In his State of the Union address last night, the current President repeated his vision for a “clean-energy economy” as a cornerstone to creating jobs. This time, Obama included something that many argue is not clean energy:
But to create more of these clean-energy jobs, we need more production, more efficiency, more incentives, and that means building a new generation of safe, clean nuclear power plants in this country.
The problem is not a threat of meltdown. Chernobyl’s reactor was an inferior design, and its safety features were deliberately compromised. All the studies of the aftermath of Three Mile Island have failed to support any claims of negative health effects from that accident.
Nuclear power plants produce radioactive waste. That’s the problem. The waste is hazardous for centuries and millenia. The political aspect of the waste problem has been an impediment to developing more nuclear plants in the U.S. since the 70s. In 1987, Congress decided to bury our nuclear waste, but activists have successfully blocked development of the Yucca Mountain storage site. In 2009, the Failed Obama Administration™ declared the site “not an option”, but Congress sustained funding anyway.
France has demonstrated that technology offers a solution where there is political will. Spent nuclear fuel can be reprocessed into usable fuel. The New York Times ran last year ran a story about spent-fuel reprocessing:
Some U.S. nuclear experts, such as Bill Magwood IV, a physicist who directed nuclear programs in the Department of Energy for both the Clinton and Bush administrations, think there is much to learn from the French. In a recent paper, Magwood likened the U.S. process to "pulling a log out of the fireplace just because the bark has burned off." More than 90 percent of the energy in spent nuclear fuel remains available for reprocessing, while only 3 to 4 percent is "useless waste," he explained.

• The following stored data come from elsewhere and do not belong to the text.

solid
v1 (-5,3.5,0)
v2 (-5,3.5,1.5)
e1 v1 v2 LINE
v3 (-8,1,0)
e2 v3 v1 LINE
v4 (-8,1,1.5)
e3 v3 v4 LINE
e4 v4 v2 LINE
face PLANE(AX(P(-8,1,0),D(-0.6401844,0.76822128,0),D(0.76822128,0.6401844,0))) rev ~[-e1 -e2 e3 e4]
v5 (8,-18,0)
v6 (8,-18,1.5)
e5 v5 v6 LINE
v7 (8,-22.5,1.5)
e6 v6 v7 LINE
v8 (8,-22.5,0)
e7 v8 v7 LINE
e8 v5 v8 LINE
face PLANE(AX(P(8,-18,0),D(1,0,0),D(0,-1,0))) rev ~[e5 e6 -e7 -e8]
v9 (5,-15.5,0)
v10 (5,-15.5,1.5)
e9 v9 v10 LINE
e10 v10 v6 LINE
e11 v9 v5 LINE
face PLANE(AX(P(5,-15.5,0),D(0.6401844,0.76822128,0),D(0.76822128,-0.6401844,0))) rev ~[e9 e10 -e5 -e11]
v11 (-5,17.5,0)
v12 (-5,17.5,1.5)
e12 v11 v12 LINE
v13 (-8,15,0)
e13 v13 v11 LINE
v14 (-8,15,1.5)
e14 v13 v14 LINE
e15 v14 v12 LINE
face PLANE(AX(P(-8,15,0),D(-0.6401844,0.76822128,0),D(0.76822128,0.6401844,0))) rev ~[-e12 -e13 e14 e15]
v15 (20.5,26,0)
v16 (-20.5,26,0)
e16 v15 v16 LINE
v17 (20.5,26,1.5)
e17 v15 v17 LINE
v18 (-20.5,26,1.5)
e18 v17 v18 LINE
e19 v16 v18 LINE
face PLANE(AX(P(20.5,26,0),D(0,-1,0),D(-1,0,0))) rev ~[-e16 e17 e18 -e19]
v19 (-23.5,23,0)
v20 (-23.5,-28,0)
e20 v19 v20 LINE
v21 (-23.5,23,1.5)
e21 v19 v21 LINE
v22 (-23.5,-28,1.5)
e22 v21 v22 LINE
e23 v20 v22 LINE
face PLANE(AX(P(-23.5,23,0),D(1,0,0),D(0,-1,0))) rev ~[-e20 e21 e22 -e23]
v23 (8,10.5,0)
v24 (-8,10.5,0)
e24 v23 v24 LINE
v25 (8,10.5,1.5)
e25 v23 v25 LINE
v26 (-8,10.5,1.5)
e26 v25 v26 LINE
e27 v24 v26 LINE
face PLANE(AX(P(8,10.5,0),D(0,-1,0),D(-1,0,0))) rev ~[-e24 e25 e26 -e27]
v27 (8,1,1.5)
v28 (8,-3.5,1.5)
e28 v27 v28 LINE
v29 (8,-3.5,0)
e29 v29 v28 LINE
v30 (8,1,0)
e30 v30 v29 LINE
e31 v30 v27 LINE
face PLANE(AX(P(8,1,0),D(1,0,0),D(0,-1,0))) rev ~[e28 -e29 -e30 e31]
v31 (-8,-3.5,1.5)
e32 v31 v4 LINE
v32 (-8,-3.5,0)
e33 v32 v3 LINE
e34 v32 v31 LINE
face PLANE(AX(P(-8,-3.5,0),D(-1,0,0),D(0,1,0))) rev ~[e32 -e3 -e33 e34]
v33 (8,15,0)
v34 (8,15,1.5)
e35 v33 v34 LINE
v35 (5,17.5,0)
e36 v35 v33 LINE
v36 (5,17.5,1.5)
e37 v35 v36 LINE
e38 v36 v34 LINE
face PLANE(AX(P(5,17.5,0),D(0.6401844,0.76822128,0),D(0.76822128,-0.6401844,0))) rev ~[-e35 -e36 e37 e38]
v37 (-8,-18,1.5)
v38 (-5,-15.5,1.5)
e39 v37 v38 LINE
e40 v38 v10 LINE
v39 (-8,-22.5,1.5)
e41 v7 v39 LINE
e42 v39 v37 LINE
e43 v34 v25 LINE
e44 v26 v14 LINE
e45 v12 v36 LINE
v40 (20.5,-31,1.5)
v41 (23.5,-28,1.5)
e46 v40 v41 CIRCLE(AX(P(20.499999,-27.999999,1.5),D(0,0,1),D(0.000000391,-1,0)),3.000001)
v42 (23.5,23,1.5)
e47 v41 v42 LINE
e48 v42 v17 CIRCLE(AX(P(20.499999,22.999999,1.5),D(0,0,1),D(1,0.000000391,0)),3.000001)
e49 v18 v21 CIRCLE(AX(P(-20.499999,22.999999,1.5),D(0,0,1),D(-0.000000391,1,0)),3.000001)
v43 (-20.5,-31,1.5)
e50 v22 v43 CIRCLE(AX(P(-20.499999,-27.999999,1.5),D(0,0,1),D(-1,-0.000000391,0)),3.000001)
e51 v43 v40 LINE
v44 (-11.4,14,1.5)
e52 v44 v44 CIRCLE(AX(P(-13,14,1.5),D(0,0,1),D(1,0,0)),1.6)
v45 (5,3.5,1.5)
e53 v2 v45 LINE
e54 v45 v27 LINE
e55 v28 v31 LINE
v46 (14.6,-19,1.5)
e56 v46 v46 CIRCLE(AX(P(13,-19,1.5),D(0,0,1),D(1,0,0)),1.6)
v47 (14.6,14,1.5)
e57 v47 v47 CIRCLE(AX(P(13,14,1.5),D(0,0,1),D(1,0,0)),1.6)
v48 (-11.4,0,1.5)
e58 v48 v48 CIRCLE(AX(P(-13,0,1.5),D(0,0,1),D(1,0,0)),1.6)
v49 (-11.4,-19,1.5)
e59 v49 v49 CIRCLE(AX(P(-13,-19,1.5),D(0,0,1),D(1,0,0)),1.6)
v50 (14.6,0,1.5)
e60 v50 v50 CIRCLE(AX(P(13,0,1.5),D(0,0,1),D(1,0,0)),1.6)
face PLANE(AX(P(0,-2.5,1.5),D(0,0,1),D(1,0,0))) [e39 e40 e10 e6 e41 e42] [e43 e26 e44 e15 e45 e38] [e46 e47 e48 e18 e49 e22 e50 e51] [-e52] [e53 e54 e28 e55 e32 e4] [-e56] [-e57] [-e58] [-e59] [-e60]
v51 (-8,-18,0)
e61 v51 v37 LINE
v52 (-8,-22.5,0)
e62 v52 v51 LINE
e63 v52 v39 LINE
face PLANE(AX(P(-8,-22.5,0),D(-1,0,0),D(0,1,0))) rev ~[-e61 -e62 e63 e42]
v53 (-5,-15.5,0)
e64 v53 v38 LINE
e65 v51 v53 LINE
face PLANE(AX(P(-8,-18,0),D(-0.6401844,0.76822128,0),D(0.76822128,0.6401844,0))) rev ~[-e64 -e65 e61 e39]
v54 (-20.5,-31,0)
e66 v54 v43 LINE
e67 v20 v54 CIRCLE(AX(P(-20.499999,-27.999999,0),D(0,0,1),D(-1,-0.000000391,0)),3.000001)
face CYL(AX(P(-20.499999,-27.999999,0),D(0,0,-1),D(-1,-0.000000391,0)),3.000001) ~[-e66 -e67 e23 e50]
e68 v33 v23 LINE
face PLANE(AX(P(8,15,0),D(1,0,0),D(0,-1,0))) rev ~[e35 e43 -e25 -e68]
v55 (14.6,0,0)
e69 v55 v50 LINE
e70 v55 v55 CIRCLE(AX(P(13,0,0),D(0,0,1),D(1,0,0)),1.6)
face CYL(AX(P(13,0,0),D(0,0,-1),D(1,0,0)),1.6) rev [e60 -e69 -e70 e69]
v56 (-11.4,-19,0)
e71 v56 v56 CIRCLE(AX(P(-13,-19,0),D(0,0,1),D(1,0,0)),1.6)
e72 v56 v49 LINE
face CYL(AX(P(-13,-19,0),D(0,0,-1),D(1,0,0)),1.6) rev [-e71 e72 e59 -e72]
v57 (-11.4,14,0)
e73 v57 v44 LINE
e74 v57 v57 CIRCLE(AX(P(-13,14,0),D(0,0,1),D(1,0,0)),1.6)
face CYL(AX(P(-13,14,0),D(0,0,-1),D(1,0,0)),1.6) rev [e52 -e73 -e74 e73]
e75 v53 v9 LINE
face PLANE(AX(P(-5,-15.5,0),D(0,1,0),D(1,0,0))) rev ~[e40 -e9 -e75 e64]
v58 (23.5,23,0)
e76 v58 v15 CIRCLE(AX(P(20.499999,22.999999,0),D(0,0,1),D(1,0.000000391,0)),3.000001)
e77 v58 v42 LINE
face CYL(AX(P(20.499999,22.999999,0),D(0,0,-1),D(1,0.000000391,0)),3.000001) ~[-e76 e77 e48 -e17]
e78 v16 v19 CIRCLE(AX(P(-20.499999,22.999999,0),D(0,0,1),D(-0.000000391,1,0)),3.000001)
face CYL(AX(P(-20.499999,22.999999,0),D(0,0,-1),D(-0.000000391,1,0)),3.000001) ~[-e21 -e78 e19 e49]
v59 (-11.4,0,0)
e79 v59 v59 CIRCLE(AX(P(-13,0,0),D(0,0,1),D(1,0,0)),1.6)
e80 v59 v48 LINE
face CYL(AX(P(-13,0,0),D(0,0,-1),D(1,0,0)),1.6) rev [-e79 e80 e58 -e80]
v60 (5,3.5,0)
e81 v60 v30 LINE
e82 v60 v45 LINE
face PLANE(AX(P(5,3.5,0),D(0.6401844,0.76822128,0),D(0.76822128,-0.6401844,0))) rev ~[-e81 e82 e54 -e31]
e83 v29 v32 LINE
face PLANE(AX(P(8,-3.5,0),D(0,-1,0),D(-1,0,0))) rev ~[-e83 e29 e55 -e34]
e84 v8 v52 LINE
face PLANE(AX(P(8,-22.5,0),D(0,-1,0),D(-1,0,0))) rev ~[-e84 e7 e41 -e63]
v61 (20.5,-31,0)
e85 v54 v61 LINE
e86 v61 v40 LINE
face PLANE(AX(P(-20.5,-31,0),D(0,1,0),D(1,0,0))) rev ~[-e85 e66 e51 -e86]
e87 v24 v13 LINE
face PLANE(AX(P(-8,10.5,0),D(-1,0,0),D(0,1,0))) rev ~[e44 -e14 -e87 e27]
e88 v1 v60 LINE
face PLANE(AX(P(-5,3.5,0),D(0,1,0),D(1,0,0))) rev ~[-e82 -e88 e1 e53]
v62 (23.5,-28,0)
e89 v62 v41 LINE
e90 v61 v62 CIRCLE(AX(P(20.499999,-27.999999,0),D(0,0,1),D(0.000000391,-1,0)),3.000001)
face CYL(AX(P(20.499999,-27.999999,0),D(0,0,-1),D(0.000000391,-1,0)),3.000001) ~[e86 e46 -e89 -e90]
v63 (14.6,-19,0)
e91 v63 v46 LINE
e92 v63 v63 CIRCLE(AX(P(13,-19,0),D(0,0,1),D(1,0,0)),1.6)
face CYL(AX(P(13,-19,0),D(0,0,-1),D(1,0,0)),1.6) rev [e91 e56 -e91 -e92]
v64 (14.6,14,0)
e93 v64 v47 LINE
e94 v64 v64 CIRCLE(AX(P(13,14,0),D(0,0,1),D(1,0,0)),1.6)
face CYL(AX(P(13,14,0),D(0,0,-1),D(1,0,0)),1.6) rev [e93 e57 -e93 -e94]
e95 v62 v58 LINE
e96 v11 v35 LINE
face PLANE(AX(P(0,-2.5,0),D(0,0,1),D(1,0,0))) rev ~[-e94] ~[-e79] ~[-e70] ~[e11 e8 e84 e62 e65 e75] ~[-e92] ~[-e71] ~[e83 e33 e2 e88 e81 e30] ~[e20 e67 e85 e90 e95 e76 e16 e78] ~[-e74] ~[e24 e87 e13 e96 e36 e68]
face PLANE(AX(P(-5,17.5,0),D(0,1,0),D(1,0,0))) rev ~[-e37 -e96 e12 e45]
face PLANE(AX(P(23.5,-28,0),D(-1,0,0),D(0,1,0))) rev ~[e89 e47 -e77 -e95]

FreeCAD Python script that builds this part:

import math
import FreeCAD as App
import Part
import Sketcher
from FreeCAD import Vector
Q = App.Units.Quantity


def add_polygon(sketch, points):
    """Adds a closed chain of lines whose ends are joined by coincident constraints."""
    first, n = sketch.GeometryCount, len(points)
    for a, b in zip(points, points[1:] + points[:1]):
        sketch.addGeometry(Part.LineSegment(App.Vector(*a, 0), App.Vector(*b, 0)), False)
    for i in range(n):
        sketch.addConstraint(Sketcher.Constraint("Coincident", first + i, 2, first + (i + 1) % n, 1))

doc = App.newDocument("Part")
params = doc.addObject("Spreadsheet::Sheet", "Params")
for row, (alias, value) in enumerate([
    ("sketch1_radius", "3.000001 mm"),
    ("sketch1_diameter", "3.2 mm"),
    ("sketch1_width", "41 mm"),
    ("sketch1_width2", "10 mm"),
    ("sketch1_width3", "16 mm"),
    ("pad1_length", "1.5 mm"),
], start=1):
    params.set(f"A{row}", alias)
    params.set(f"B{row}", "=" + value)
    params.setAlias(f"B{row}", alias)

body = doc.addObject("PartDesign::Body", "Body")

sketch1 = body.newObject("Sketcher::SketchObject", "Sketch")
sketch1.AttachmentSupport = (doc.getObject("XY_Plane"), [""])
sketch1.MapMode = "FlatFace"
sketch1.addGeometry(Part.LineSegment(Vector(-20.5, -31, 0), Vector(20.5, -31, 0)), False)
sketch1.addGeometry(Part.ArcOfCircle(Part.Circle(Vector(20.5, -28, 0), Vector(0, 0, 1), 3), math.radians(-90), math.radians(0)), False)
sketch1.addGeometry(Part.LineSegment(Vector(23.5, -28, 0), Vector(23.5, 23, 0)), False)
sketch1.addGeometry(Part.ArcOfCircle(Part.Circle(Vector(20.5, 23, 0), Vector(0, 0, 1), 3), math.radians(0), math.radians(90)), False)
sketch1.addGeometry(Part.LineSegment(Vector(20.5, 26, 0), Vector(-20.5, 26, 0)), False)
sketch1.addGeometry(Part.ArcOfCircle(Part.Circle(Vector(-20.5, 23, 0), Vector(0, 0, 1), 3), math.radians(90), math.radians(180)), False)
sketch1.addGeometry(Part.LineSegment(Vector(-23.5, 23, 0), Vector(-23.5, -28, 0)), False)
sketch1.addGeometry(Part.ArcOfCircle(Part.Circle(Vector(-20.5, -28, 0), Vector(0, 0, 1), 3), math.radians(-180), math.radians(-90)), False)
sketch1.addGeometry(Part.Circle(Vector(-13, -19, 0), Vector(0, 0, 1), 1.6), False)
add_polygon(sketch1, [(-8, -22.5), (-8, -18), (-5, -15.5), (5, -15.5), (8, -18), (8, -22.5)])
sketch1.addGeometry(Part.Circle(Vector(13, -19, 0), Vector(0, 0, 1), 1.6), False)
sketch1.addGeometry(Part.Circle(Vector(-13, 0, 0), Vector(0, 0, 1), 1.6), False)
add_polygon(sketch1, [(-8, -3.5), (-8, 1), (-5, 3.5), (5, 3.5), (8, 1), (8, -3.5)])
sketch1.addGeometry(Part.Circle(Vector(-13, 14, 0), Vector(0, 0, 1), 1.6), False)
add_polygon(sketch1, [(-8, 10.5), (-8, 15), (-5, 17.5), (5, 17.5), (8, 15), (8, 10.5)])
sketch1.addGeometry(Part.Circle(Vector(13, 0, 0), Vector(0, 0, 1), 1.6), False)
sketch1.addGeometry(Part.Circle(Vector(13, 14, 0), Vector(0, 0, 1), 1.6), False)
sketch1.addConstraint(Sketcher.Constraint("Tangent", 0, 2, 1, 1))
sketch1.addConstraint(Sketcher.Constraint("Tangent", 1, 2, 2, 1))
sketch1.addConstraint(Sketcher.Constraint("Tangent", 2, 2, 3, 1))
sketch1.addConstraint(Sketcher.Constraint("Tangent", 3, 2, 4, 1))
sketch1.addConstraint(Sketcher.Constraint("Tangent", 4, 2, 5, 1))
sketch1.addConstraint(Sketcher.Constraint("Tangent", 5, 2, 6, 1))
sketch1.addConstraint(Sketcher.Constraint("Tangent", 6, 2, 7, 1))
sketch1.addConstraint(Sketcher.Constraint("Tangent", 7, 2, 0, 1))
sketch1.addConstraint(Sketcher.Constraint("Horizontal", 0))
sketch1.addConstraint(Sketcher.Constraint("Vertical", 2))
sketch1.addConstraint(Sketcher.Constraint("Horizontal", 4))
sketch1.addConstraint(Sketcher.Constraint("Vertical", 6))
sketch1.addConstraint(Sketcher.Constraint("Vertical", 9))
sketch1.addConstraint(Sketcher.Constraint("Horizontal", 11))
sketch1.addConstraint(Sketcher.Constraint("Vertical", 13))
sketch1.addConstraint(Sketcher.Constraint("Horizontal", 14))
sketch1.addConstraint(Sketcher.Constraint("Vertical", 17))
sketch1.addConstraint(Sketcher.Constraint("Horizontal", 19))
sketch1.addConstraint(Sketcher.Constraint("Vertical", 21))
sketch1.addConstraint(Sketcher.Constraint("Horizontal", 22))
sketch1.addConstraint(Sketcher.Constraint("Vertical", 24))
sketch1.addConstraint(Sketcher.Constraint("Horizontal", 26))
sketch1.addConstraint(Sketcher.Constraint("Vertical", 28))
sketch1.addConstraint(Sketcher.Constraint("Horizontal", 29))
sketch1.addConstraint(Sketcher.Constraint("Equal", 1, 3))
sketch1.addConstraint(Sketcher.Constraint("Equal", 3, 5))
sketch1.addConstraint(Sketcher.Constraint("Equal", 5, 7))
sketch1.addConstraint(Sketcher.Constraint("Equal", 8, 15))
sketch1.addConstraint(Sketcher.Constraint("Equal", 15, 16))
sketch1.addConstraint(Sketcher.Constraint("Equal", 16, 23))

The volume of waste requiring burial can be reduced by 80% through reprocessing. The true waste—the byproducts of reprocessing—are cast into glass rods, expected to be stable for the centuries it takes for the radiation hazard to decay.
The French solution is for hire to other nations, too:
Japan, Germany, Switzerland, the Netherlands, Belgium and Italy have shipped their wastes for reprocessing here in the past or are currently doing so. Eventually, after the residue from their wastes cools down, they will get it back for disposal.
In context of clean energy, nuclear power faces a political problem, not a technological one. In other contexts, nuclear does represent risks distinct from other energy sources. Mainly, there is the risk that terrorists could get hold of waste in transit to make a dirty bomb (not an atomic bomb with a mushroom cloud, but a regular explosion that spreads radioactive material over a wide area). The risk of losing plutonium is why Presdient Ford shut down commercial reprocessing in the U.S. in 1976.
There are also localized environmental problems that come with any fuel-consuming powerplant. Nearby rivers are often used as a source of cooling water. The waste heat messes with fish and plants. But this happens with coal, and nuclear doesn’t emit mercury that poisons the fish.
No energy source is perfectly clean. There are always inefficiencies and externalities. President Obama seems to be contradicting himself by calling for more nuclear power only a few months after dismissing the only U.S. waste storage site. The only path forward id to emulate the French—something to make Barry’s critics chuckle—and turn our nuclear waste into nuclear fuel.